If it's a scenic walk you're after, try the arrow-straight elevated Ridgeway path. This runs along the top of the Southern Outfall Sewer, much as the Greenway follows Bazalgette's pipework through Newham, and will raise you up into a world of greenery, birdsong and high pollen counts. Just don't expect to get inside the amazing Crossness Pumping Station museum at the far end because that only has Open Days on Sundays and Crossrail isn't running on Sundays for the foreseeable future.
But the premier attraction in Abbey Wood - the 'seriously I am not kidding this time' treat - is up on the hillside to the southeast of the station. This is Lesnes Abbey, or rather what's left of Lesnes Abbey after Henry VIII dissolved it in 1534. You get a good idea of its scale from the remains of its walls sprawled across the lawn, where free access allows anyone to process up the nave, amble round the chapter house or scrutinise the sacristy. To one side is a lethargic mulberry tree they say James I planted, although they're probably wrong, and if you step up the hill a trio of arty gothic arches provides a frame through which to enjoy an impressive view of central London's clustered towers.

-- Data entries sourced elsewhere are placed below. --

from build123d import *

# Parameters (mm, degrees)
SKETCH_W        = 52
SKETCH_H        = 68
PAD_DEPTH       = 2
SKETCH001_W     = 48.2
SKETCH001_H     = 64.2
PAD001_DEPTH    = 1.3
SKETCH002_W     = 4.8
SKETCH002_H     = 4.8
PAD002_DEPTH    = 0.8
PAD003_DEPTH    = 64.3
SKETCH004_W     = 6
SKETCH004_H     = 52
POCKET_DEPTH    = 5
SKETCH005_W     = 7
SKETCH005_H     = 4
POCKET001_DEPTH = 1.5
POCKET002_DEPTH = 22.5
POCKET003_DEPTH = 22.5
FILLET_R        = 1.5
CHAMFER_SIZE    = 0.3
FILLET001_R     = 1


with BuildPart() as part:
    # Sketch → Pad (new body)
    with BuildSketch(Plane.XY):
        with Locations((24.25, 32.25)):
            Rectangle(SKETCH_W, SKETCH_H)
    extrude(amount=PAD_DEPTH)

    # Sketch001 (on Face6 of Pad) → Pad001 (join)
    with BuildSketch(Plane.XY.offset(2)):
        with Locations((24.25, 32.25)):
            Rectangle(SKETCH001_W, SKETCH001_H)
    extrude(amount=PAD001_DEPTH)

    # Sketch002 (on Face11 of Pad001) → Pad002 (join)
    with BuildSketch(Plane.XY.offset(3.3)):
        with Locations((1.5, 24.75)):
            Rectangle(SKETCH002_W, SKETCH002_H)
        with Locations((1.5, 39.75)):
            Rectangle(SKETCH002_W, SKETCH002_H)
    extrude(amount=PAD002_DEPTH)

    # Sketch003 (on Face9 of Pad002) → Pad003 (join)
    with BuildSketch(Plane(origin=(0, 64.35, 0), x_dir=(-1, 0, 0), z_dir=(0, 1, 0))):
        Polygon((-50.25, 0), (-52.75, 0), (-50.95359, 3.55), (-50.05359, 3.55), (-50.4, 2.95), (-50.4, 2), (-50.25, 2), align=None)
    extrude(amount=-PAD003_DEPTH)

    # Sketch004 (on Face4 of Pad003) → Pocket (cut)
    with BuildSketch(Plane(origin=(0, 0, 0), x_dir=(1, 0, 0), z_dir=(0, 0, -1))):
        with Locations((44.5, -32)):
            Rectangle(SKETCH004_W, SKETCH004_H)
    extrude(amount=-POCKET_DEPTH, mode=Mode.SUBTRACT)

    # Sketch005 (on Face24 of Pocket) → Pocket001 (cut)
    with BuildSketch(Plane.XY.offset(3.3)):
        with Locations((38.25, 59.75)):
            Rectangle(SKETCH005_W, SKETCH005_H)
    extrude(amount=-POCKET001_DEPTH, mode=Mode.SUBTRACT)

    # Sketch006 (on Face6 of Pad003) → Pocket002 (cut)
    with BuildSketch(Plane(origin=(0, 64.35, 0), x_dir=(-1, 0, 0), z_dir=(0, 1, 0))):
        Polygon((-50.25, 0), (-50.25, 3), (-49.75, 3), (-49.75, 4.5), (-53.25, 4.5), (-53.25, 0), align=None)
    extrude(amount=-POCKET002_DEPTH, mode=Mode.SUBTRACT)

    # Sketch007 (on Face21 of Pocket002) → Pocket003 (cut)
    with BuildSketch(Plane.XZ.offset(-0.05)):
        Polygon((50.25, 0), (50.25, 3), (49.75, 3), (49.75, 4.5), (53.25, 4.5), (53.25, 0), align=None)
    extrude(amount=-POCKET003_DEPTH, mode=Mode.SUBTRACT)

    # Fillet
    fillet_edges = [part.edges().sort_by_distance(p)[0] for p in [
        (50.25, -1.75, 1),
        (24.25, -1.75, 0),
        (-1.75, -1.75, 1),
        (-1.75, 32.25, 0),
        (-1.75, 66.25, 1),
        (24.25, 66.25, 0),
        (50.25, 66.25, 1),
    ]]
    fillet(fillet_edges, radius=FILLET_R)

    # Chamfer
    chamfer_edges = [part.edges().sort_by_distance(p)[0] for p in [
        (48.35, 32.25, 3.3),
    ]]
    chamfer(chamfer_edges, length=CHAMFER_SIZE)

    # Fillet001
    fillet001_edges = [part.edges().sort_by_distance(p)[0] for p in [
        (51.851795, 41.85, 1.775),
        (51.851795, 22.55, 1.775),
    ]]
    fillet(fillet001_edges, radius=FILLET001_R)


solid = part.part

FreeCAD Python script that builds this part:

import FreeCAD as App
import Part
import Sketcher
Q = App.Units.Quantity


def edges_at(feature, points):
    """Names of the edges that pass closest to the given points."""
    edges = feature.Shape.Edges
    near = lambda p: min(range(len(edges)), key=lambda i: edges[i].distToShape(Part.Vertex(*p))[0])
    return sorted({f"Edge{near(p) + 1}" for p in points})

doc = App.newDocument("Part")
body = doc.addObject("PartDesign::Body", "Body")

# Sketch on XY plane
sketch1 = body.newObject("Sketcher::SketchObject", "Sketch")
sketch1.AttachmentSupport = (doc.getObject("XY_Plane"), [""])
sketch1.MapMode = "FlatFace"
sketch1.addGeometry([
    Part.LineSegment(App.Vector(-2, 66, 0), App.Vector(-2, -2, 0)),
    Part.LineSegment(App.Vector(-2, -2, 0), App.Vector(50, -2, 0)),
    Part.LineSegment(App.Vector(50, -2, 0), App.Vector(50, 66, 0)),
    Part.LineSegment(App.Vector(50, 66, 0), App.Vector(-2, 66, 0)),
], False)
sketch1.addConstraint([
    Sketcher.Constraint("Coincident", 0, 2, 1, 1),
    Sketcher.Constraint("Coincident", 1, 2, 2, 1),
    Sketcher.Constraint("Coincident", 2, 2, 3, 1),
    Sketcher.Constraint("Coincident", 3, 2, 0, 1),
    Sketcher.Constraint("Vertical", 0),
    Sketcher.Constraint("Horizontal", 1),
    Sketcher.Constraint("Vertical", 2),
    Sketcher.Constraint("Horizontal", 3),
    Sketcher.Constraint("DistanceX", 1, 1, 1, 2, Q("52 mm")),
    Sketcher.Constraint("DistanceY", 0, 2, 0, 1, Q("68 mm")),
    Sketcher.Constraint("DistanceX", 0, 2, -1, 1, Q("1.75 mm")),
    Sketcher.Constraint("DistanceY", 0, 2, -1, 1, Q("1.75 mm")),
])
pad1 = body.newObject("PartDesign::Pad", "Pad")
pad1.Profile = sketch1
pad1.Length = 2

# Sketch on XY plane
sketch2 = body.newObject("Sketcher::SketchObject", "Sketch001")
sketch2.AttachmentSupport = (doc.getObject("XY_Plane"), [""])
sketch2.MapMode = "FlatFace"
sketch2.AttachmentOffset = App.Placement(App.Vector(0, 0, 2), App.Rotation())
sketch2.addGeometry([
    Part.LineSegment(App.Vector(0, 64, 0), App.Vector(0, 0, 0)),
    Part.LineSegment(App.Vector(0, 0, 0), App.Vector(48, 0, 0)),
    Part.LineSegment(App.Vector(48, 0, 0), App.Vector(48, 64, 0)),
    Part.LineSegment(App.Vector(48, 64, 0), App.Vector(0, 64, 0)),
], False)
sketch2.addConstraint([
    Sketcher.Constraint("Coincident", 0, 2, 1, 1),
    Sketcher.Constraint("Coincident", 1, 2, 2, 1),
    Sketcher.Constraint("Coincident", 2, 2, 3, 1),
    Sketcher.Constraint("Coincident", 3, 2, 0, 1),
    Sketcher.Constraint("Vertical", 0),
    Sketcher.Constraint("Horizontal", 1),
    Sketcher.Constraint("Vertical", 2),
    Sketcher.Constraint("Horizontal", 3),
    Sketcher.Constraint("DistanceX", 1, 1, 1, 2, Q("48.2 mm")),
    Sketcher.Constraint("DistanceY", 0, 2, 0, 1, Q("64.2 mm")),
    Sketcher.Constraint("DistanceX", -1, 1, 0, 2, Q("0.15 mm")),
    Sketcher.Constraint("DistanceY", -1, 1, 0, 2, Q("0.15 mm")),
])
pad2 = body.newObject("PartDesign::Pad", "Pad001")
pad2.Profile = sketch2
pad2.Length = 1.3

# Sketch on XY plane
sketch3 = body.newObject("Sketcher::SketchObject", "Sketch002")
sketch3.AttachmentSupport = (doc.getObject("XY_Plane"), [""])
sketch3.MapMode = "FlatFace"
sketch3.AttachmentOffset = App.Placement(App.Vector(0, 0, 3.3), App.Rotation())
sketch3.addGeometry([
    Part.LineSegment(App.Vector(-0.9, 27.1, 0), App.Vector(-0.9, 22.4, 0)),  # 0
    Part.LineSegment(App.Vector(-0.9, 22.4, 0), App.Vector(3.9, 22.4, 0)),  # 1
    Part.LineSegment(App.Vector(3.9, 22.4, 0), App.Vector(3.9, 27.1, 0)),  # 2
    Part.LineSegment(App.Vector(3.9, 27.1, 0), App.Vector(-0.9, 27.1, 0)),  # 3
    Part.LineSegment(App.Vector(-0.9, 42.1, 0), App.Vector(-0.9, 37.4, 0)),  # 4
    Part.LineSegment(App.Vector(-0.9, 37.4, 0), App.Vector(3.9, 37.4, 0)),  # 5
    Part.LineSegment(App.Vector(3.9, 37.4, 0), App.Vector(3.9, 42.1, 0)),  # 6
    Part.LineSegment(App.Vector(3.9, 42.1, 0), App.Vector(-0.9, 42.1, 0)),  # 7
], False)
sketch3.addConstraint([
    Sketcher.Constraint("Coincident", 0, 2, 1, 1),
    Sketcher.Constraint("Coincident", 1, 2, 2, 1),
    Sketcher.Constraint("Coincident", 2, 2, 3, 1),
    Sketcher.Constraint("Coincident", 3, 2, 0, 1),
    Sketcher.Constraint("Coincident", 4, 2, 5, 1),
    Sketcher.Constraint("Coincident", 5, 2, 6, 1),
    Sketcher.Constraint("Coincident", 6, 2, 7, 1),
    Sketcher.Constraint("Coincident", 7, 2, 4, 1),
    Sketcher.Constraint("Vertical", 0),
    Sketcher.Constraint("Horizontal", 1),
    Sketcher.Constraint("Vertical", 2),
    Sketcher.Constraint("Horizontal", 3),
    Sketcher.Constraint("Vertical", 4),
    Sketcher.Constraint("Horizontal", 5),
    Sketcher.Constraint("Vertical", 6),
    Sketcher.Constraint("Horizontal", 7),
    Sketcher.Constraint("Vertical", 3, 2, 4, 2),
    Sketcher.Constraint("Vertical", 2, 2, 5, 2),
    Sketcher.Constraint("Equal", 7, 0),
    Sketcher.Constraint("Equal", 2, 4),
    Sketcher.Constraint("DistanceX", 1, 1, 1, 2, Q("4.8 mm")),
    Sketcher.Constraint("DistanceY", 0, 2, 4, 2, Q("15 mm")),
    Sketcher.Constraint("DistanceX", 0, 2, -1, 1, Q("0.9 mm")),
    Sketcher.Constraint("DistanceY", -1, 1, 0, 2, Q("22.35 mm")),
])
pad3 = body.newObject("PartDesign::Pad", "Pad002")
pad3.Profile = sketch3
pad3.Length = 0.8

# Sketch on XZ plane
sketch4 = body.newObject("Sketcher::SketchObject", "Sketch003")
sketch4.AttachmentSupport = (doc.getObject("XZ_Plane"), [""])
sketch4.MapMode = "FlatFace"
sketch4.AttachmentOffset = App.Placement(App.Vector(0, 0, -64.35), App.Rotation())
sketch4.addGeometry([
    Part.LineSegment(App.Vector(52.75, 0, 0), App.Vector(50.25, 0, 0)),  # 0
    Part.LineSegment(App.Vector(50.25, 0, 0), App.Vector(50.25, 2, 0)),  # 1
    Part.LineSegment(App.Vector(50.25, 2, 0), App.Vector(50.4, 2, 0)),  # 2
    Part.LineSegment(App.Vector(50.4, 2, 0), App.Vector(50.4, 2.95, 0)),  # 3
    Part.LineSegment(App.Vector(50.4, 2.95, 0), App.Vector(50.05, 3.55, 0)),  # 4
    Part.LineSegment(App.Vector(50.05, 3.55, 0), App.Vector(50.95, 3.55, 0)),  # 5
    Part.LineSegment(App.Vector(50.95, 3.55, 0), App.Vector(52.75, 0, 0)),  # 6
], False)
sketch4.addConstraint([
    Sketcher.Constraint("Coincident", 0, 2, 1, 1),
    Sketcher.Constraint("Coincident", 1, 2, 2, 1),
    Sketcher.Constraint("Coincident", 2, 2, 3, 1),
    Sketcher.Constraint("Coincident", 3, 2, 4, 1),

The latest addition to the site is the Monk's Garden, a gated hideaway planted with medicinal herbs and dotted with peculiar eggy sculptures. And if it's sustenance you need then the cafe inside Lesnes Abbey Lodge is probably open, and probably popular, dispensing salads, bagels and decently-priced chunks of millionaire shortbread. Drop by at 10.30 this morning and you might hear a talk on local landscapes by "our resident archaeologist Anthony Thomas", but given Crossrail hasn't opened yet you might want to wait for his Introduction to the Recording of Ancient Buildings on 16th June.
And while you're here don't miss out on a walk through Lesnes Abbey Woods. You're just too late for the bluebells, the last of which are now shrivelling, but its extensive hilly paths are always worth a climb. Follow the right track and you might even locate the Fossil Pit discovered in the 1870s by a geologist while out walking his dog. He found shells and sharks teeth in what's since proven to be one of the world's richest 55-million-year-old fossil sites, and so too might you if you dig around in the sand (rules and regulations apply). It's a splendidly peaceful wilderness and very much worthy of a visit, not least because these are the woods after which the station at the end of London's newest railway line is named.
So don't just get the train to Abbey Wood, take some time to experience the surrounding area that's suddenly been connected speedily to central London for the very first time. In particular if you've never seen the abbey ruins you've been missing a trick, indeed there's a lot more here than you might assume from merely stepping outside the station.